_DIRECTIONS FOR THIS TASK_
From the line with "f 326 321 312" to the line with "f 382 379 383", retype every line exactly, including those two, and leave out the rest of the data below.
# # # # # # #
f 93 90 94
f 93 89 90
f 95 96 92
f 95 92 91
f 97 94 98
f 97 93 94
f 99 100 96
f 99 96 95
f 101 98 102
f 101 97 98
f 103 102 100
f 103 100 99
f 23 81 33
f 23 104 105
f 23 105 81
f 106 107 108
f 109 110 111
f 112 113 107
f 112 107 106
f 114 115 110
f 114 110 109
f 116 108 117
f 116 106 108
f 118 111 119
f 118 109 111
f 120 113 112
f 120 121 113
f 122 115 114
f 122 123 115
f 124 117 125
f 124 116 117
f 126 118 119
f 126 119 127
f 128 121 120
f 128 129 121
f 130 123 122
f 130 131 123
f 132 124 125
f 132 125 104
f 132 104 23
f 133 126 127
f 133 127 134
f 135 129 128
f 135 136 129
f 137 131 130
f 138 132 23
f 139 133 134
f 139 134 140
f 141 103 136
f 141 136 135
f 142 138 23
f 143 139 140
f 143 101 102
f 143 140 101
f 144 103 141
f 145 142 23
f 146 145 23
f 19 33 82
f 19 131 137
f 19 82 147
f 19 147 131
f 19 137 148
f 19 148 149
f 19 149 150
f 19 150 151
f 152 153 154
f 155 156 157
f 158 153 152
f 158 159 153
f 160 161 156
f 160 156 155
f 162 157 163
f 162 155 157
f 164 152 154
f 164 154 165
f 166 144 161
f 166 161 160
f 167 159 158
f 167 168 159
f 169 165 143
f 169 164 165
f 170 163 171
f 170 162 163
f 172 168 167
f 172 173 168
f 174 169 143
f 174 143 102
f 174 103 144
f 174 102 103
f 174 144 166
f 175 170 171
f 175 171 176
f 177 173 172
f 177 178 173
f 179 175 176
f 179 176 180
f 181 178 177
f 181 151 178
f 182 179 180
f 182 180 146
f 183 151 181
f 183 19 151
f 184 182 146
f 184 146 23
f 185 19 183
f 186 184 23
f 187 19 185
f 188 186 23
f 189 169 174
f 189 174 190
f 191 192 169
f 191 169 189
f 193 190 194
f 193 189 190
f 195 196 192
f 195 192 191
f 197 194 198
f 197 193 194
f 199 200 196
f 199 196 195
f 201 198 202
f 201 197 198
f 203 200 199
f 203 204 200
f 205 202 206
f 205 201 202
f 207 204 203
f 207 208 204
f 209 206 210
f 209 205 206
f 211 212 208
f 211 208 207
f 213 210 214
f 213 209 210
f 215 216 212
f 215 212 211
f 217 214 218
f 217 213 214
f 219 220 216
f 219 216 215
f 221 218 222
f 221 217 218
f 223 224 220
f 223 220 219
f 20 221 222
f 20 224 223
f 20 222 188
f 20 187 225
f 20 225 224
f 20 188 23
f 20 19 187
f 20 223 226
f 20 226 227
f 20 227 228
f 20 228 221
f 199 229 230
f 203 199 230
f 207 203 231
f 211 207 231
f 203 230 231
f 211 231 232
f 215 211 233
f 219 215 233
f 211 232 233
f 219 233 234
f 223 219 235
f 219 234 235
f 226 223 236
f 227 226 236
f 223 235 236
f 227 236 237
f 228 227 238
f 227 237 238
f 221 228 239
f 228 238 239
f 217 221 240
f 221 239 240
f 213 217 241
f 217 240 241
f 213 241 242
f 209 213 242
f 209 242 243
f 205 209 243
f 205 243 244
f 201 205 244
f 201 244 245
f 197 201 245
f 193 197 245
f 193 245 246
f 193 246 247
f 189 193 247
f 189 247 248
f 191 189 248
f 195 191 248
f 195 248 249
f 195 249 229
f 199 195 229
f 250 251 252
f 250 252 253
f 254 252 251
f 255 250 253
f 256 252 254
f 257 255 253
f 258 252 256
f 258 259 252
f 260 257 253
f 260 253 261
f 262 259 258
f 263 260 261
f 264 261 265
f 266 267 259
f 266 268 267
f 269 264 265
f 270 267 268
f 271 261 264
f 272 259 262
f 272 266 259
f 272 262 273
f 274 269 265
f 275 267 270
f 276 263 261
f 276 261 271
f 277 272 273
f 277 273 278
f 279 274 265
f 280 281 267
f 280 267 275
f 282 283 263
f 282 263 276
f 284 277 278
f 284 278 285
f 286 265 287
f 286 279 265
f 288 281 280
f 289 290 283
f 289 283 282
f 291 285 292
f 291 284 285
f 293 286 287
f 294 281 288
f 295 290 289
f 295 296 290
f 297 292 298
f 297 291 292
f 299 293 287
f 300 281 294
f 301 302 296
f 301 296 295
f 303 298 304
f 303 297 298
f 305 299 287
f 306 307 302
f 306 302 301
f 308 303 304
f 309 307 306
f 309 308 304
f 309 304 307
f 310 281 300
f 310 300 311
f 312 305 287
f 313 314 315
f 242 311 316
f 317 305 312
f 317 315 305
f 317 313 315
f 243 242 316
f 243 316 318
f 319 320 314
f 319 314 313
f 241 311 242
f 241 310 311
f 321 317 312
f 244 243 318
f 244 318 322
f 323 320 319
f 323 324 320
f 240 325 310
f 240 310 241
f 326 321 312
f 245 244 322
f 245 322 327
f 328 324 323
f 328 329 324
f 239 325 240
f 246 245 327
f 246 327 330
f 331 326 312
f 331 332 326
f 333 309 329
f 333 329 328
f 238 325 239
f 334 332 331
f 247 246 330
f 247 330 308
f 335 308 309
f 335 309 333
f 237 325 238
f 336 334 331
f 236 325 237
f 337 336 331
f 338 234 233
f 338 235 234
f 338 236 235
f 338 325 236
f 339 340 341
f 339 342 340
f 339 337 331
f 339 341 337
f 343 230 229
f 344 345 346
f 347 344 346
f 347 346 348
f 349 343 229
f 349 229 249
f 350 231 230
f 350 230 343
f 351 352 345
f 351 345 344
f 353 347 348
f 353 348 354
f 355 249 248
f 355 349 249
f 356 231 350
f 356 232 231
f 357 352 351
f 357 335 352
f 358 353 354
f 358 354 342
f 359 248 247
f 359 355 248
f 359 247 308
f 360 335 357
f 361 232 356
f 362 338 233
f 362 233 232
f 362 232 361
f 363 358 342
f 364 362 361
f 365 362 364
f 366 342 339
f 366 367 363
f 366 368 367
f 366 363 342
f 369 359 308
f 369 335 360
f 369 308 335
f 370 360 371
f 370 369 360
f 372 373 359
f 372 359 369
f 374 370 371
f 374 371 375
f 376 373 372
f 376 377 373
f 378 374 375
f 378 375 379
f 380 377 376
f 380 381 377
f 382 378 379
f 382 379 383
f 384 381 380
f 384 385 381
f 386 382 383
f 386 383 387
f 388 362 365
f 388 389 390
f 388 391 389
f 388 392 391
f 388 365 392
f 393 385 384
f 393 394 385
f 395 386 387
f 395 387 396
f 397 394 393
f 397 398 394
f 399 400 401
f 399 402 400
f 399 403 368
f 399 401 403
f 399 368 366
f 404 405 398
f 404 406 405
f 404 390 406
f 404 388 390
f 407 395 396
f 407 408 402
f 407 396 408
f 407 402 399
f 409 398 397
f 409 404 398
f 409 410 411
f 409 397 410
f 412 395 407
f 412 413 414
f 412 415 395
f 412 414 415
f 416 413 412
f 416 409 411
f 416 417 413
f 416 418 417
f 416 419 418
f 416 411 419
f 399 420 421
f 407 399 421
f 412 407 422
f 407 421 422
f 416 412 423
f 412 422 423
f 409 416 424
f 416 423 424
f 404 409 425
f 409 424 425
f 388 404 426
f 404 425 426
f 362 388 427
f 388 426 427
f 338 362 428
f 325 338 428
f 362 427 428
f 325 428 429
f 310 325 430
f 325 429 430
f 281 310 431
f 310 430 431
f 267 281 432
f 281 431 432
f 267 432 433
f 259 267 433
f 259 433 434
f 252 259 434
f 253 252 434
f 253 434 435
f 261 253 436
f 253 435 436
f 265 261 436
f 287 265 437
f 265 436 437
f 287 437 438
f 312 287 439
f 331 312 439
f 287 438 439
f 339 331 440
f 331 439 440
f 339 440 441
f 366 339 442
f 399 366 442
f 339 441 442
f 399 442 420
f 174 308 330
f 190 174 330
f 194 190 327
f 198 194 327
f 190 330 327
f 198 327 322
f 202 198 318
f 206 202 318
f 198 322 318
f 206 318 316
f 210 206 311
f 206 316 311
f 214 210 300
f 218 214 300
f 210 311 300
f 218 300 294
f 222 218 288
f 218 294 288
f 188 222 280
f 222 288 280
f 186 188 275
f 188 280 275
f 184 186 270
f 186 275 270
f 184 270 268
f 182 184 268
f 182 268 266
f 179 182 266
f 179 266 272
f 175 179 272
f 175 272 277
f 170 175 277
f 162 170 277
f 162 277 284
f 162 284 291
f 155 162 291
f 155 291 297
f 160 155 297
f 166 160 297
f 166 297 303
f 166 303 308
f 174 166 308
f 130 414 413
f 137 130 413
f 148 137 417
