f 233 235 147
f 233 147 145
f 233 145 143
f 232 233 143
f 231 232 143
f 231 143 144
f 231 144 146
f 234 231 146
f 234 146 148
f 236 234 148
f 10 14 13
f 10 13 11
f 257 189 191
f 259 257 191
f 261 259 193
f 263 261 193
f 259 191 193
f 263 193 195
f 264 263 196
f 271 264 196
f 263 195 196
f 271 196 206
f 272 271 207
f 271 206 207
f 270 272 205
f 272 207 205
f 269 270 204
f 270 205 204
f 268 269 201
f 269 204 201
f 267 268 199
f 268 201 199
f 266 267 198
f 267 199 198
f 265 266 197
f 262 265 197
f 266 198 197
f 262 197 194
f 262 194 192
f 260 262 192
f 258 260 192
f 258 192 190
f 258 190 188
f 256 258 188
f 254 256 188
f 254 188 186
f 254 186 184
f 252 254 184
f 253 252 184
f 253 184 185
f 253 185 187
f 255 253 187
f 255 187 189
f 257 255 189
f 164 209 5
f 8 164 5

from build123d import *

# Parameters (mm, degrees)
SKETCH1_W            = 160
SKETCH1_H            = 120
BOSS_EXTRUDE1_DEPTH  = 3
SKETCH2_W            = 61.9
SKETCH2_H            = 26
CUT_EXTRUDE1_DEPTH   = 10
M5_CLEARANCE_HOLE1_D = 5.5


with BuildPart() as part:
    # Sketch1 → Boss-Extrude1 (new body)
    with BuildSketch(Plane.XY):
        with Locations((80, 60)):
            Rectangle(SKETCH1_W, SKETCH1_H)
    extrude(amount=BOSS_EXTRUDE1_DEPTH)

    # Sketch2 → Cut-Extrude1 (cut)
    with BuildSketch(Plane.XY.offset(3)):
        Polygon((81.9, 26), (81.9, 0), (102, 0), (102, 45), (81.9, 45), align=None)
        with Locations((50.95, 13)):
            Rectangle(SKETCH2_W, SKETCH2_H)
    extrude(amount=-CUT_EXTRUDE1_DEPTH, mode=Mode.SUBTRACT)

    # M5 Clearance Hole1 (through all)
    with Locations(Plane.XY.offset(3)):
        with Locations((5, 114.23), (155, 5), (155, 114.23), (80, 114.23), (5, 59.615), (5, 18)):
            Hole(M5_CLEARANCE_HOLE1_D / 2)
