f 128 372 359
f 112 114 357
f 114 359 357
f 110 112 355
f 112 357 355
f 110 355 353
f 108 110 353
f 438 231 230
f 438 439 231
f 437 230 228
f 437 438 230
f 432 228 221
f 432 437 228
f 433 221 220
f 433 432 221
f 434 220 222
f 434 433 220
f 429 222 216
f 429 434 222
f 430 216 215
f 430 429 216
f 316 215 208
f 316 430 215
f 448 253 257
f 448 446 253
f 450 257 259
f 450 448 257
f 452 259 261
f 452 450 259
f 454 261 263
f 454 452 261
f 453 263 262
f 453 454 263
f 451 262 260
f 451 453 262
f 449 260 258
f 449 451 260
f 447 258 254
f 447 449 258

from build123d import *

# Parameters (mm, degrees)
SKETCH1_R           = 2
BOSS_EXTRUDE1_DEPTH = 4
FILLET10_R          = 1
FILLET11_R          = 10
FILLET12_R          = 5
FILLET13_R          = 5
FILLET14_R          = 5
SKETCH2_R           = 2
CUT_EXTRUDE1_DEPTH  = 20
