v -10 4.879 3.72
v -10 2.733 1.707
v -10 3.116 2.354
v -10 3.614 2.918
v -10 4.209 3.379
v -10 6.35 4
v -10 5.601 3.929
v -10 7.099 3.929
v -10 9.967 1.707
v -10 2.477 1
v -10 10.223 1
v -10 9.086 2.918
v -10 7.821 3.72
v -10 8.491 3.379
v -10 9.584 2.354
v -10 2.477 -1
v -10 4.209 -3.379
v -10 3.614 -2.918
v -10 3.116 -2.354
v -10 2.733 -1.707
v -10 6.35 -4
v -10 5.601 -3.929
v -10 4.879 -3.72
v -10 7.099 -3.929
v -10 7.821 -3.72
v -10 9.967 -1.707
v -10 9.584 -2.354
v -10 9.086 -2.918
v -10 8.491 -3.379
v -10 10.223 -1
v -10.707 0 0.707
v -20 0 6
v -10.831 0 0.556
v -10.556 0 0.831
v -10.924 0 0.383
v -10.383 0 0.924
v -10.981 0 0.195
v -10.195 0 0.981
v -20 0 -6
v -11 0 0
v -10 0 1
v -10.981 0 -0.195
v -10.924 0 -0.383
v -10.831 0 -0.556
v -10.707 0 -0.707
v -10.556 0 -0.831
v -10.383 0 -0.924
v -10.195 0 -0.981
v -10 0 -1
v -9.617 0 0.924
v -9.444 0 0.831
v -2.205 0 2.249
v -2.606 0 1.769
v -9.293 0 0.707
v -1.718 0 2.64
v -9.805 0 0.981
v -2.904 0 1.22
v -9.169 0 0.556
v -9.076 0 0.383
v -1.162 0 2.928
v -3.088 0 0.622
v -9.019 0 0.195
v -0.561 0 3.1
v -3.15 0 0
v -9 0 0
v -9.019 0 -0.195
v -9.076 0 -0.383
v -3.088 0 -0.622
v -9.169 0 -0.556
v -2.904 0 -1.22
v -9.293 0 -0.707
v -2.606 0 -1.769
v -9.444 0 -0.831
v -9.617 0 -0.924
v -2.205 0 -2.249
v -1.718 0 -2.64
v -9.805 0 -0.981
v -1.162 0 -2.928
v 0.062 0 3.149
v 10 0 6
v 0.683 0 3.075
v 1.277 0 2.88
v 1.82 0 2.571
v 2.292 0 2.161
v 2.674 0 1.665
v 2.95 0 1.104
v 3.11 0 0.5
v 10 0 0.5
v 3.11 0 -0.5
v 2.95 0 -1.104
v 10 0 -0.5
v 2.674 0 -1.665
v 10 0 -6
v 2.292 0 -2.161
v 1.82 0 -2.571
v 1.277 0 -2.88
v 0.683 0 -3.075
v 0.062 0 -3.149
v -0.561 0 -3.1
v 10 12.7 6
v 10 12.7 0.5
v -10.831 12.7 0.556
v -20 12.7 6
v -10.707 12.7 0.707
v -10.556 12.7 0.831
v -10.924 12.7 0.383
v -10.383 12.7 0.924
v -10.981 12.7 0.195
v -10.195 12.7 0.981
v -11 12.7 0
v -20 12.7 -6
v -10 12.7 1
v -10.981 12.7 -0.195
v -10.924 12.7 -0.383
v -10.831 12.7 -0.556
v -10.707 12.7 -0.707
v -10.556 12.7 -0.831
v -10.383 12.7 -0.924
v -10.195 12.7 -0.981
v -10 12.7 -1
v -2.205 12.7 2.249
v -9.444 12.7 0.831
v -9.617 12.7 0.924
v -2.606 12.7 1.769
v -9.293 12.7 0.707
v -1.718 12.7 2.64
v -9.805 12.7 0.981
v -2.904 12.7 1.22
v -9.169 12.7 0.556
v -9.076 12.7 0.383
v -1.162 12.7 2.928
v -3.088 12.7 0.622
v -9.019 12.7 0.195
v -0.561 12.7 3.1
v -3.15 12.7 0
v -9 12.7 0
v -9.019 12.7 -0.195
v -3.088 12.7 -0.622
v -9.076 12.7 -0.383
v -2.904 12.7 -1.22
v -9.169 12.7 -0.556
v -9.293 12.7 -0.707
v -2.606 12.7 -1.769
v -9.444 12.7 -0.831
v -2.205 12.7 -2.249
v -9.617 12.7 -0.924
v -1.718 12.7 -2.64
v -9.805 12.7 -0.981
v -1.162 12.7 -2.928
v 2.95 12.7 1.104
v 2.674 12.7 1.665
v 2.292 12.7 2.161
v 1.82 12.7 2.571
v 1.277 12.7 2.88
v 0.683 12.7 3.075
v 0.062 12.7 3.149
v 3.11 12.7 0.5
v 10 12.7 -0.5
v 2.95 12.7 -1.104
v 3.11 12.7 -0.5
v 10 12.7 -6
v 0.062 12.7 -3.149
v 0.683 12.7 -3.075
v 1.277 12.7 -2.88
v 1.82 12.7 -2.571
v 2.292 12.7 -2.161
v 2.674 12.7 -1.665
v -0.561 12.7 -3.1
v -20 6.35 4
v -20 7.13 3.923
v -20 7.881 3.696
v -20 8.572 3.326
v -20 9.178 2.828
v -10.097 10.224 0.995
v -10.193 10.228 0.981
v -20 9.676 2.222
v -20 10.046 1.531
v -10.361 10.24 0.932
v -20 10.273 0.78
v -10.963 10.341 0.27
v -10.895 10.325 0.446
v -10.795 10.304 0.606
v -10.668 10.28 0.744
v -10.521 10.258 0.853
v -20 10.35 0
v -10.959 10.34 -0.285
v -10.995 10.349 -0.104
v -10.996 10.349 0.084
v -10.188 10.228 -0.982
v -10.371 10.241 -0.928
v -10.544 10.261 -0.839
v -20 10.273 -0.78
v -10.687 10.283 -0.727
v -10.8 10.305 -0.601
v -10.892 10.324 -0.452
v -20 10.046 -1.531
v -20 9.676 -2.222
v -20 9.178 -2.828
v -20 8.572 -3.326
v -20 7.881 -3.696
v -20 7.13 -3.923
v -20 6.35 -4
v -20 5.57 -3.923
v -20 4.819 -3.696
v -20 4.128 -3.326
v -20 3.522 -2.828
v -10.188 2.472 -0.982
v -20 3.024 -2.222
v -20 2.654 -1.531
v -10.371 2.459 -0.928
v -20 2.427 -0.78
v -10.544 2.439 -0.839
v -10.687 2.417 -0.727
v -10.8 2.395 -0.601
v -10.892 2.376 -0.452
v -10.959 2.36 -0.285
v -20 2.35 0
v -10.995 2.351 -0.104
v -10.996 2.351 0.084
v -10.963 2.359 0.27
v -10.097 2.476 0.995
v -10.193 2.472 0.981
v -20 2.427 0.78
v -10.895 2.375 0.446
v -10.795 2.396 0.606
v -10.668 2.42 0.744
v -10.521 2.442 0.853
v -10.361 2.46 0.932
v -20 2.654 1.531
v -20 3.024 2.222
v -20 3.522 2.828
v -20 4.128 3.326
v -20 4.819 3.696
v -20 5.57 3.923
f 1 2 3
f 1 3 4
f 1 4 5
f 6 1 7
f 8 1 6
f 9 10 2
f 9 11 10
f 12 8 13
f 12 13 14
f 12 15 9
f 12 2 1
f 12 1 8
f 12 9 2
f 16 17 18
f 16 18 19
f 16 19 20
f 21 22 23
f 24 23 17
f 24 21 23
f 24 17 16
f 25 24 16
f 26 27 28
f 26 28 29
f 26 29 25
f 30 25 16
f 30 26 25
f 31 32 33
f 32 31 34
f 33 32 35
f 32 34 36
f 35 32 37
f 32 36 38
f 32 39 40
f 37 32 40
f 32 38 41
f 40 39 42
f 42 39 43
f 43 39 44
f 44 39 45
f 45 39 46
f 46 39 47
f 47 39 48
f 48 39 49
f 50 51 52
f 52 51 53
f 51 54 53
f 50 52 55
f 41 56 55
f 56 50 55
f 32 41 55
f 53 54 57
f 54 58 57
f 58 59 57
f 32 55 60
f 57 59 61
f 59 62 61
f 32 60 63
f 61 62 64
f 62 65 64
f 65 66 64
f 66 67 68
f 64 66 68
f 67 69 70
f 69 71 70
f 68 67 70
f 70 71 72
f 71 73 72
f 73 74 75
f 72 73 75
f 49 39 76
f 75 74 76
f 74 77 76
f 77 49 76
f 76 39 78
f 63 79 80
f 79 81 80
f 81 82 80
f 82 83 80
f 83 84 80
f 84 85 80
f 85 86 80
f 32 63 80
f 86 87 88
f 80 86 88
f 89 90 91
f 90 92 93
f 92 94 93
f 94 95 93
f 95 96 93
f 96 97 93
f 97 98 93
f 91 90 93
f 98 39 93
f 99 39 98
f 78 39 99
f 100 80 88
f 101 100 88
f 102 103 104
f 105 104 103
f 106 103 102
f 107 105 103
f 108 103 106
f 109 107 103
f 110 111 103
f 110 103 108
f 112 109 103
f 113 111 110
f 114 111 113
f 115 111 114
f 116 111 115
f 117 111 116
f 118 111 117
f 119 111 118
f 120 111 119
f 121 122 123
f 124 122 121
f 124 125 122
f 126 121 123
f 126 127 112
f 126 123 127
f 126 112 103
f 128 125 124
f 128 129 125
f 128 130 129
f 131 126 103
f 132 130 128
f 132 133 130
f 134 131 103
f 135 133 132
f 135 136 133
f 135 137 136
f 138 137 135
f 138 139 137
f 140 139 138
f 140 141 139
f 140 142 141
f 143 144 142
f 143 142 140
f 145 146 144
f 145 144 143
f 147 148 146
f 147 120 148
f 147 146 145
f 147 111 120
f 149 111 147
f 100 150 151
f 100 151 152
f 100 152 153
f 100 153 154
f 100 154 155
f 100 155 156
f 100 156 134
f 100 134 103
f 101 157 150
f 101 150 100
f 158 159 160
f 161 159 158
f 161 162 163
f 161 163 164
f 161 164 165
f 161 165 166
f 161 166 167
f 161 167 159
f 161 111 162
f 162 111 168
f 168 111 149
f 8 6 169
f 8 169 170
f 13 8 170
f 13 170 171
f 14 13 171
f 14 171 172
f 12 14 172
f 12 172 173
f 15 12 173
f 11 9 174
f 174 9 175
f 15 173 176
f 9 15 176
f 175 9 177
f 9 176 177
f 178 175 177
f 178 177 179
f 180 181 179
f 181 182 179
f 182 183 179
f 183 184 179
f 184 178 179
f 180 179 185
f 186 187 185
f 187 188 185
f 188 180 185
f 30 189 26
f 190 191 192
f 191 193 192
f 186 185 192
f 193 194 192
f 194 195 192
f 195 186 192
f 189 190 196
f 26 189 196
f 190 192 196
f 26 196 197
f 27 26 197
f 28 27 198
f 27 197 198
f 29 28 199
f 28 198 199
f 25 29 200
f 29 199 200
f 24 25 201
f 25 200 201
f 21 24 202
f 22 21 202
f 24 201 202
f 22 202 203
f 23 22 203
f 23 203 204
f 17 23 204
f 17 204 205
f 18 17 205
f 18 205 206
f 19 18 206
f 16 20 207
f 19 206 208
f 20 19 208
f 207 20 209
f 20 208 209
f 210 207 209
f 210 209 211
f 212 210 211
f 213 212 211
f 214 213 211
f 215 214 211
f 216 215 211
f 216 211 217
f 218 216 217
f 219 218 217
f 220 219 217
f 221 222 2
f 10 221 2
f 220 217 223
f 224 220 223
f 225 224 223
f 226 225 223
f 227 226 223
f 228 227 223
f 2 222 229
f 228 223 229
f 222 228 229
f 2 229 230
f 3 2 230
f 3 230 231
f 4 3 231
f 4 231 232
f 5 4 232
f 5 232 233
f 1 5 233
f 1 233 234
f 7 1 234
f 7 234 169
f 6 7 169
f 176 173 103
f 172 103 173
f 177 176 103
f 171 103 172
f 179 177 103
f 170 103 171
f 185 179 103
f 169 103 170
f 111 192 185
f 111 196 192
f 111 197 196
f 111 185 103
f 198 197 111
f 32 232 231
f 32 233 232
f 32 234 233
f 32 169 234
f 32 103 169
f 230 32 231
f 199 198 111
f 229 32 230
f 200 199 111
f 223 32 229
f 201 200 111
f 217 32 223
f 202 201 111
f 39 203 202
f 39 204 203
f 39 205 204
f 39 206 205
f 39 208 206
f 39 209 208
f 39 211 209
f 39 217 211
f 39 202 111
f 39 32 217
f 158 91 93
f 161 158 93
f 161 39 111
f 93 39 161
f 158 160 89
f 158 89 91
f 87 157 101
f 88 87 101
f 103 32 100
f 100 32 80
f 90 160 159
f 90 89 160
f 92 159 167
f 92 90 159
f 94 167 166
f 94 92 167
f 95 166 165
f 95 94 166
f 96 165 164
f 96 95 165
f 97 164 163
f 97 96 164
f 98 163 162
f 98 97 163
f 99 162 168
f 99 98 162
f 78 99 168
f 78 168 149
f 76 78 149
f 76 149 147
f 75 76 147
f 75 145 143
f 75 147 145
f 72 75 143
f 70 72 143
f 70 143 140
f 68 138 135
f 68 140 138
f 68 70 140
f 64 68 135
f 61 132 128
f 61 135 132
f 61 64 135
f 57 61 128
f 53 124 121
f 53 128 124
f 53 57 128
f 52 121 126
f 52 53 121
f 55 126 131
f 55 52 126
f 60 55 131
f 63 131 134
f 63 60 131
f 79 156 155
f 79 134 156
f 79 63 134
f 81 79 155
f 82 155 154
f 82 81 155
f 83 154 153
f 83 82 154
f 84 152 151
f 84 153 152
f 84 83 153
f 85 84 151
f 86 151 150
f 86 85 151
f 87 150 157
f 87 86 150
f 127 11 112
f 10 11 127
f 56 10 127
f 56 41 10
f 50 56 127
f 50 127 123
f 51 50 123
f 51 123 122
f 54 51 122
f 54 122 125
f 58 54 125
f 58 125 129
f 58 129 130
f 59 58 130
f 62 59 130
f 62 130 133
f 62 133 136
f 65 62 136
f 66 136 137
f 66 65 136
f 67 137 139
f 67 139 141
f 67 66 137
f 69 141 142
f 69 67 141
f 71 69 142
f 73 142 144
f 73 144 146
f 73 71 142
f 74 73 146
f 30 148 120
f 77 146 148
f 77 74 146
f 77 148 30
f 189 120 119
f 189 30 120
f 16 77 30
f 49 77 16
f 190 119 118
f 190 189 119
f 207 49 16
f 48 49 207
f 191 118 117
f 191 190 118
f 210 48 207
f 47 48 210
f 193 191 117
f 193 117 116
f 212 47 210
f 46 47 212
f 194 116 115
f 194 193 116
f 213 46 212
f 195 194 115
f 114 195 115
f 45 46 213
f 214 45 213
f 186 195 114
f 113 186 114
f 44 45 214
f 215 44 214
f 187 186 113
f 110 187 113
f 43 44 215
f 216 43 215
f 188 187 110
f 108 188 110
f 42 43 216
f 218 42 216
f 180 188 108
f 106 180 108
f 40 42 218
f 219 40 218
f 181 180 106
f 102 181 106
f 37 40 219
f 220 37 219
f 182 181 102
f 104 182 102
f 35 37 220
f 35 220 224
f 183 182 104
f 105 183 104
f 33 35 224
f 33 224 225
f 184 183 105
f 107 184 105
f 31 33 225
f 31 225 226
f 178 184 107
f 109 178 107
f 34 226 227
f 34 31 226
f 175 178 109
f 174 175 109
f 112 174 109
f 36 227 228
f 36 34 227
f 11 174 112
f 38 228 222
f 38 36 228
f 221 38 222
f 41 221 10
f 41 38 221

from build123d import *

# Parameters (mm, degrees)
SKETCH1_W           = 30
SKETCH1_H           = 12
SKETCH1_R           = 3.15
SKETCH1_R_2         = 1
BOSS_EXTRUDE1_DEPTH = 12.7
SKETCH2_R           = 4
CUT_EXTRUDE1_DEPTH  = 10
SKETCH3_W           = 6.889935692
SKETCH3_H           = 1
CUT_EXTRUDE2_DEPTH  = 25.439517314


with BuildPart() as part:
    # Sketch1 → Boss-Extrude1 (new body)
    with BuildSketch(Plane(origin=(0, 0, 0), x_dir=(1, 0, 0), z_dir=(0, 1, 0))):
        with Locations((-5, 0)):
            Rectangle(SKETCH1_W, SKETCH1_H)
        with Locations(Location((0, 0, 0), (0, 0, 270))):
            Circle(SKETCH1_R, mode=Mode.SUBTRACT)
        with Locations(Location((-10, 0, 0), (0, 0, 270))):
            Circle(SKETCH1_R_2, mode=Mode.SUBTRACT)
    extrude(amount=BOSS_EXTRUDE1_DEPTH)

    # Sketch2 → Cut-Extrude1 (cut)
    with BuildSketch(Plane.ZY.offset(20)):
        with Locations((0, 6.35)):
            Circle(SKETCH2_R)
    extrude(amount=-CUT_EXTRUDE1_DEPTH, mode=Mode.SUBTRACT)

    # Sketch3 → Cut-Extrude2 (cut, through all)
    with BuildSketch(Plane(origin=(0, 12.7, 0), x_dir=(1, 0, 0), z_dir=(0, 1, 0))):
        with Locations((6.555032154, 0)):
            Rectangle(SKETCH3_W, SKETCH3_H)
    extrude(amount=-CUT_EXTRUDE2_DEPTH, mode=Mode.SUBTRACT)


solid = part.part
# # # # # # #
_ANSWER_
f 326 321 312
f 245 244 322
f 245 322 327
f 328 324 323
f 328 329 324
f 239 325 240
f 246 245 327
f 246 327 330
f 331 326 312
f 331 332 326
f 333 309 329
f 333 329 328
f 238 325 239
f 334 332 331
f 247 246 330
f 247 330 308
f 335 308 309
f 335 309 333
f 237 325 238
f 336 334 331
f 236 325 237
f 337 336 331
f 338 234 233
f 338 235 234
f 338 236 235
f 338 325 236
f 339 340 341
f 339 342 340
f 339 337 331
f 339 341 337
f 343 230 229
f 344 345 346
f 347 344 346
f 347 346 348
f 349 343 229
f 349 229 249
f 350 231 230
f 350 230 343
f 351 352 345
f 351 345 344
f 353 347 348
f 353 348 354
f 355 249 248
f 355 349 249
f 356 231 350
f 356 232 231
f 357 352 351
f 357 335 352
f 358 353 354
f 358 354 342
f 359 248 247
f 359 355 248
f 359 247 308
f 360 335 357
f 361 232 356
f 362 338 233
f 362 233 232
f 362 232 361
f 363 358 342
f 364 362 361
f 365 362 364
f 366 342 339
f 366 367 363
f 366 368 367
f 366 363 342
f 369 359 308
f 369 335 360
f 369 308 335
f 370 360 371
f 370 369 360
f 372 373 359
f 372 359 369
f 374 370 371
f 374 371 375
f 376 373 372
f 376 377 373
f 378 374 375
f 378 375 379
f 380 377 376
f 380 381 377
f 382 378 379
f 382 379 383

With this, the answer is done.